# Whitby too much abuse?



## mickyricky (Mar 28, 2018)

Looks like overnighting is going to be stopped. Usual reasons spoilt by minority or is it others to blame..

Clampdown on motor homes in Whitby | The Northern Echo


----------



## runnach (Mar 28, 2018)

Isolated cases of abuse will occur I have little doubt given the number of visitors, However the true Agenda

She said: “As a popular tourist destination there are a number of designated quality caravan and camping sites in the area which have facilities for motor homes.”

In a nutshell that is the attitude we are dealing with entrenched too (Scarborough Council has camp site owners as councillors) Scarborough of course covers Whitby.

Tourism prevention officers I am afraid 

Channa


----------



## runnach (Mar 28, 2018)

hairydog said:


> There ae no campsites in Whitby. They are all some way out of town, so suitable for caravans but not motorhomes.
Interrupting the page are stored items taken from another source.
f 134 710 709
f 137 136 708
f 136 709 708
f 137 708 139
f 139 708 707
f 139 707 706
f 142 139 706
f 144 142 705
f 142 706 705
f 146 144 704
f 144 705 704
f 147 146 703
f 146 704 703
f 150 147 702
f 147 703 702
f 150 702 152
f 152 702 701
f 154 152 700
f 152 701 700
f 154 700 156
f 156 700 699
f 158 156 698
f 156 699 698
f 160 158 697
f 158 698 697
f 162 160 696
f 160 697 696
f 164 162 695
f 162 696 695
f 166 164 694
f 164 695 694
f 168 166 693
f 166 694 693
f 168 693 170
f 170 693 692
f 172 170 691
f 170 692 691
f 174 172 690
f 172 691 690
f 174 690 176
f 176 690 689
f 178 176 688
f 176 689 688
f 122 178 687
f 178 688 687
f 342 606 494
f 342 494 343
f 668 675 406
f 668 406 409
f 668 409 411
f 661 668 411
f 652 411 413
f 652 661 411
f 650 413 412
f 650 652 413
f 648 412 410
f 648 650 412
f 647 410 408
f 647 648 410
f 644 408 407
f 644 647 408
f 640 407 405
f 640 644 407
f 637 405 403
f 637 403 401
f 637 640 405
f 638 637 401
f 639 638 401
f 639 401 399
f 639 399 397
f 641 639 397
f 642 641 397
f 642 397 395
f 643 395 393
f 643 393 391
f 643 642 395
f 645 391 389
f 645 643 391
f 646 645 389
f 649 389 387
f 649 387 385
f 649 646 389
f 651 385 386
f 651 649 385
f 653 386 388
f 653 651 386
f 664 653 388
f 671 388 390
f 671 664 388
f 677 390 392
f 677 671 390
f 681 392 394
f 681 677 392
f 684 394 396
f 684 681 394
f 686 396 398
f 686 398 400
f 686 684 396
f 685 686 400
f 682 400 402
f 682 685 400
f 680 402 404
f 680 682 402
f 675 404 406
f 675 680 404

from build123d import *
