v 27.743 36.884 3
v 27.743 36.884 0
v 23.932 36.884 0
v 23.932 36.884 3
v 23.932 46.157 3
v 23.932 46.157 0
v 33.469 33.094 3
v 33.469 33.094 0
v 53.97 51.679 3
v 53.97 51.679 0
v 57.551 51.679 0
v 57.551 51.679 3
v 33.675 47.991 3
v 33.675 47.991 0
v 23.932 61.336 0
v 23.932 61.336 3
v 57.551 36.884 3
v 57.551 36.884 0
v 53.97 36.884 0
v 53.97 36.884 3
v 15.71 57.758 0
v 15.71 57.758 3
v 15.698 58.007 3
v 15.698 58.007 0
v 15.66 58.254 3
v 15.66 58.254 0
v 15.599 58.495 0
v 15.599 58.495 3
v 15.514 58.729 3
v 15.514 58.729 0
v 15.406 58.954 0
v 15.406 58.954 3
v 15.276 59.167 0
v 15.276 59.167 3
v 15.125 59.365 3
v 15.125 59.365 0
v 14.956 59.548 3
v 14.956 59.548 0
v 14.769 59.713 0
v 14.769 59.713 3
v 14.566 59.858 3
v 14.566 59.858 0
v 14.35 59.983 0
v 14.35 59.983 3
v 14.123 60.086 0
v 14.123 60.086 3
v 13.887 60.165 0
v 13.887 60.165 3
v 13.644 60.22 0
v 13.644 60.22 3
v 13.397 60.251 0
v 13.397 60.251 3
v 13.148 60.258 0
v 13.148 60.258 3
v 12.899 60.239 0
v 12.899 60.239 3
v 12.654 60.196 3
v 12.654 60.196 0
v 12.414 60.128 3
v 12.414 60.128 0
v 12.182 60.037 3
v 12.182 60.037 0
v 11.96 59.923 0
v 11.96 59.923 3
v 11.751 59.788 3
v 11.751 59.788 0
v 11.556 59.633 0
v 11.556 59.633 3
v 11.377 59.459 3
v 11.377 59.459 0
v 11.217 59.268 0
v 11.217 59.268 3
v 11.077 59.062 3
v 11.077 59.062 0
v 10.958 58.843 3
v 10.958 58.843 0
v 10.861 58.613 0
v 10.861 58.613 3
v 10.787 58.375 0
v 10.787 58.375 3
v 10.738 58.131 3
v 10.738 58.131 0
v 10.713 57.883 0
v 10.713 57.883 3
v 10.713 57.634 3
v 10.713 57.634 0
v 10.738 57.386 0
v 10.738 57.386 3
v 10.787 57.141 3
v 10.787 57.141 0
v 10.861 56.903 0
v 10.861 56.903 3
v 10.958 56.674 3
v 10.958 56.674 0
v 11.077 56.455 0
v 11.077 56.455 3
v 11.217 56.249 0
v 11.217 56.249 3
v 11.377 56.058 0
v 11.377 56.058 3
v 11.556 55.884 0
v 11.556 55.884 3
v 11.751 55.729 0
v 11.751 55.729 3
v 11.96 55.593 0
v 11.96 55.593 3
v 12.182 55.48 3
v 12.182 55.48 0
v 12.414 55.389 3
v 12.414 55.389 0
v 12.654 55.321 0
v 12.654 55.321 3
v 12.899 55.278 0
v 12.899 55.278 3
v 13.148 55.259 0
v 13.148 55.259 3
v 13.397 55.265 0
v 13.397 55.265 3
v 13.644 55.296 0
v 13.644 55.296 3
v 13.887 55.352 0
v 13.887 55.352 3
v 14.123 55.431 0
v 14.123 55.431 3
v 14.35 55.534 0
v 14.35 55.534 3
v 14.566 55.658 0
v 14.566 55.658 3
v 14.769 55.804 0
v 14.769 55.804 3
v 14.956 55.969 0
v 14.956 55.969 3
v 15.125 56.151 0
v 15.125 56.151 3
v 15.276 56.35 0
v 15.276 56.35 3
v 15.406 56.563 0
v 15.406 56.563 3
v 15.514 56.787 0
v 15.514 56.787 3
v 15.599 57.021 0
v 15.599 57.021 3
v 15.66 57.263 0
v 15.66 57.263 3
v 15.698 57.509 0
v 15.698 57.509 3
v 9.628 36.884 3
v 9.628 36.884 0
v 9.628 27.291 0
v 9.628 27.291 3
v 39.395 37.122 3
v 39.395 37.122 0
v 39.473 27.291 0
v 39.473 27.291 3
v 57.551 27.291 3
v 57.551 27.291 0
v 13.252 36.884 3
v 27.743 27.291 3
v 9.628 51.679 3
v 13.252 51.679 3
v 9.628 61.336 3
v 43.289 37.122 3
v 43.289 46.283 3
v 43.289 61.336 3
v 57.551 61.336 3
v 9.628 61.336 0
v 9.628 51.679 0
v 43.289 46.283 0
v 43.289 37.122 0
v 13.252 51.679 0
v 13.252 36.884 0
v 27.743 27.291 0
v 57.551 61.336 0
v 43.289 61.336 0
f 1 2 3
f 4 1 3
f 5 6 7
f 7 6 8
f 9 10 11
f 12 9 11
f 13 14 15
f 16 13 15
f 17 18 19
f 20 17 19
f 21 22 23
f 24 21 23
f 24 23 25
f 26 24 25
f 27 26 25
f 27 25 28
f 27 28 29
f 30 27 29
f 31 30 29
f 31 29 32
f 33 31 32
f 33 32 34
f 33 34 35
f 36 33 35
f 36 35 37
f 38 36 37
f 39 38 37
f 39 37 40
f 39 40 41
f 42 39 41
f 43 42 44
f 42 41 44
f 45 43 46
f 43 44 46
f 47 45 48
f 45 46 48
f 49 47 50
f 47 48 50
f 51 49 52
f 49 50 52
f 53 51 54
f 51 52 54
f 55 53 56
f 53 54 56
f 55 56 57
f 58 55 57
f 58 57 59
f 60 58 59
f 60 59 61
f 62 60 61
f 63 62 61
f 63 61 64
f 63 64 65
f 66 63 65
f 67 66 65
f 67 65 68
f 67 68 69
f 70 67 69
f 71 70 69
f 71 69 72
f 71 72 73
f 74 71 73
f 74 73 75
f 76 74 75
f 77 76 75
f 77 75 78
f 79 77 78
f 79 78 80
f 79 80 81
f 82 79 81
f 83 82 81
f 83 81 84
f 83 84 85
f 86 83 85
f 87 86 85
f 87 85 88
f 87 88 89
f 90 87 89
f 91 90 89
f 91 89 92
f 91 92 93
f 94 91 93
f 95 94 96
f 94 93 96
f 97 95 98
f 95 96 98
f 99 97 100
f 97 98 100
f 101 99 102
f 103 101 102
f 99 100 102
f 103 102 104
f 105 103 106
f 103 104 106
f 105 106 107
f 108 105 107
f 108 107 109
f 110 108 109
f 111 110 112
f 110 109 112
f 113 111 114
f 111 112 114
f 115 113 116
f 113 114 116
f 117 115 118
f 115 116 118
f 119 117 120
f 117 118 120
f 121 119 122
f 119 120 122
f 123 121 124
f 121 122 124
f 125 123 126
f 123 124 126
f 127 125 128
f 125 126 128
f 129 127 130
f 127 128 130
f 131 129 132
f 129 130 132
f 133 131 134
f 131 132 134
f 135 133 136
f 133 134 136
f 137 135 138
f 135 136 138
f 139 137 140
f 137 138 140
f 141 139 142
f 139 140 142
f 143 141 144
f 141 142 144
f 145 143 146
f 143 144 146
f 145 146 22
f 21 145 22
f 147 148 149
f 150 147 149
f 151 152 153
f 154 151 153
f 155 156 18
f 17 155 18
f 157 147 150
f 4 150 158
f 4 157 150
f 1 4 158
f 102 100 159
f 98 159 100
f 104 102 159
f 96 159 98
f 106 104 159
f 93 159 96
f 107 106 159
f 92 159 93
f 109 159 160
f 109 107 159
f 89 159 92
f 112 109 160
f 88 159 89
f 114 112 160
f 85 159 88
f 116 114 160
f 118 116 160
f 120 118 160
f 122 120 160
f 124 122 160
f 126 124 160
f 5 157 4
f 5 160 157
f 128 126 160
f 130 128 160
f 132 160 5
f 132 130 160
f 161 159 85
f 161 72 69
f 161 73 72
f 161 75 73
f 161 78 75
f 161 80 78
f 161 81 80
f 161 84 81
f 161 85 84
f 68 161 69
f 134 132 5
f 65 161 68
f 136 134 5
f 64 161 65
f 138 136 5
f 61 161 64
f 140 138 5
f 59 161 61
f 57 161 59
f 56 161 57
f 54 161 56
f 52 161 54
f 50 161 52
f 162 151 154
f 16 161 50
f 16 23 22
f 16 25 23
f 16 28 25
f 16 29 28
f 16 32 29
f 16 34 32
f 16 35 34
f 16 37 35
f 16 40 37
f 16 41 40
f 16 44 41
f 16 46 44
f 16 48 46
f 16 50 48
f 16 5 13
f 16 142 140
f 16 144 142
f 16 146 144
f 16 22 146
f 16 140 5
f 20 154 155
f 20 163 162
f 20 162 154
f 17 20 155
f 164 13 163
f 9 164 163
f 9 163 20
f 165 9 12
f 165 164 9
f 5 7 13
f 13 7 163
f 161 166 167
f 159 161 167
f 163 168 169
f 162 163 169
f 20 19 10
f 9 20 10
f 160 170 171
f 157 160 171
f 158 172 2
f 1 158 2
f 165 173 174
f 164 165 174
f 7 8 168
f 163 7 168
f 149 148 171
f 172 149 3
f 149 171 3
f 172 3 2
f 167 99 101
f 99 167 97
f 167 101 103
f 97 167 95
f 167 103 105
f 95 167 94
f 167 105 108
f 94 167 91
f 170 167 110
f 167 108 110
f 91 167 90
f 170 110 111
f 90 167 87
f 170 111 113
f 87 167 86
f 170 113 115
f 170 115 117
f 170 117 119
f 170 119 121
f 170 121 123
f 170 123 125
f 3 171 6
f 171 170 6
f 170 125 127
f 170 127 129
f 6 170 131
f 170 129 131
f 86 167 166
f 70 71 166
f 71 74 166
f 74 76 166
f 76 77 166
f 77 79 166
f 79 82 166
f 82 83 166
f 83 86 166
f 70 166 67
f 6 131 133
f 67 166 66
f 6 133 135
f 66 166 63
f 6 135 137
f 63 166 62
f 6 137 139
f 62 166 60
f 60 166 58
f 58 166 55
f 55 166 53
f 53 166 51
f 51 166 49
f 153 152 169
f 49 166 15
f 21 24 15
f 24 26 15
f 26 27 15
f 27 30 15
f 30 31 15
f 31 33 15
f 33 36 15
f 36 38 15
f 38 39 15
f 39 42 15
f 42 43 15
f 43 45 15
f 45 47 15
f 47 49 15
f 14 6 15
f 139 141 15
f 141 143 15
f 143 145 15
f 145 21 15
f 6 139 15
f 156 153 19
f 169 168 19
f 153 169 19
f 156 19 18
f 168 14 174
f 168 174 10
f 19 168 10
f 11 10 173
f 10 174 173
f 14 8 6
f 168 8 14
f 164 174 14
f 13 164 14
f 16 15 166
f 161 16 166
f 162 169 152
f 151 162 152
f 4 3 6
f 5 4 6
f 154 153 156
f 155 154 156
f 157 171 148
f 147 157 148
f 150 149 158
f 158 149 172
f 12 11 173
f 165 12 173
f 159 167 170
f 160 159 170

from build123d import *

# Parameters (mm, degrees)
F1_DEPTH = 3
F2_R     = 2.5
F3_DEPTH = 25.4


with BuildPart() as f1:
    # F0 (on Top) → F1 (new body)
    with BuildSketch(Plane.XY):
        Polygon((39.395284, 37.122335), (39.473195, 27.290761), (57.550997, 27.290761), (57.550997, 36.883935), (53.969547, 36.883935), (53.969547, 51.678739), (57.550997, 51.678739), (57.550997, 61.335869), (43.289147, 61.335869), (33.674654, 47.990695), (23.932254, 61.335869), (9.627766, 61.335869), (9.627766, 51.678739), (13.251853, 51.678739), (13.251853, 36.883935), (9.627766, 36.883935), (9.627766, 27.290761), (27.743142, 27.290761), (27.743142, 36.883935), (23.932254, 36.883935), (23.932254, 46.157219), (33.468755, 33.094085), (43.289147, 46.282709), (43.289147, 37.122335), align=None)
    extrude(amount=F1_DEPTH)

    # F2 (on face) → F3 (cut)
    with BuildSketch(Plane.XY.offset(3)):
        with Locations((13.209973, 57.75835)):
            Circle(F2_R)
    extrude(amount=-F3_DEPTH, mode=Mode.SUBTRACT)


solid = f1.part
 Yup nearest opposite the golf course, CC site someway out of Whitby,,, Over the years the stretch towards Sandsend out of bounds the council salt park was popular before that.

Mention of Endeavour wharf, but no mention of the park at the side of the co op which I believe is separate and best bet in Whitby.

Seagulls don't need motorhomes to make a nuisance as bins will testify They are a pest,

Re caravans and motorhomes you know the difference as do I , but the council are oblivious to that re the ladies quote She said: “As a popular tourist destination there are a number of designated quality caravan and camping sites in the area which have facilities for motor homes.” from the hosses mouth ....The council I have no doubt are railroading people towards sites there is a vested interest....as a former resident of Scarborough the corruption and underhand dealings in general are nothing but self serving corruption 

Channa


----------



## yorkslass (Mar 28, 2018)

One of the campsites in Whitby only charges £27 per night low season.:scared:

Funnily enough I was only talking about the old coal yard car park in Whitby the other night, and saying how clean it always is. I can honestly say I've never come across any mess anywhere in Whitby.

Note, we are coming up to the Easter weekend so they're just letting it be known that they may tolerate motorhomes over winter, when it's not cost effective to employ wardens, but now the main season is starting, we're fair game again.


----------



## Hycon (Mar 28, 2018)

*whitby stay*

had a very pleasant stay in the Marina Car park in Whitby paid to park patronized local eateries and Co Op  .Looks like I wont be going this year. Rip off Britian


----------



## jeffmossy (Mar 28, 2018)

Go to Lytham St Annes or Fleetwood instead . These towns have had the brains to create overnight parking for Motorhomes so support them instead of Whitby and spend you pennies were they are welcome


----------



## Beemer (Mar 28, 2018)

jeffmossy said:


> Go to Lytham St Annes or Fleetwood instead . These towns have had the brains to create overnight parking for Motorhomes so support them instead of Whitby and spend you pennies were they are welcome



Just goggled it and overnight rates seem reasonable too.  Not just one location either.


----------



## malagaoth (Mar 28, 2018)

Whitby has many very narrow very twisty streets if they encouraged motorhomes into the town chaos would result.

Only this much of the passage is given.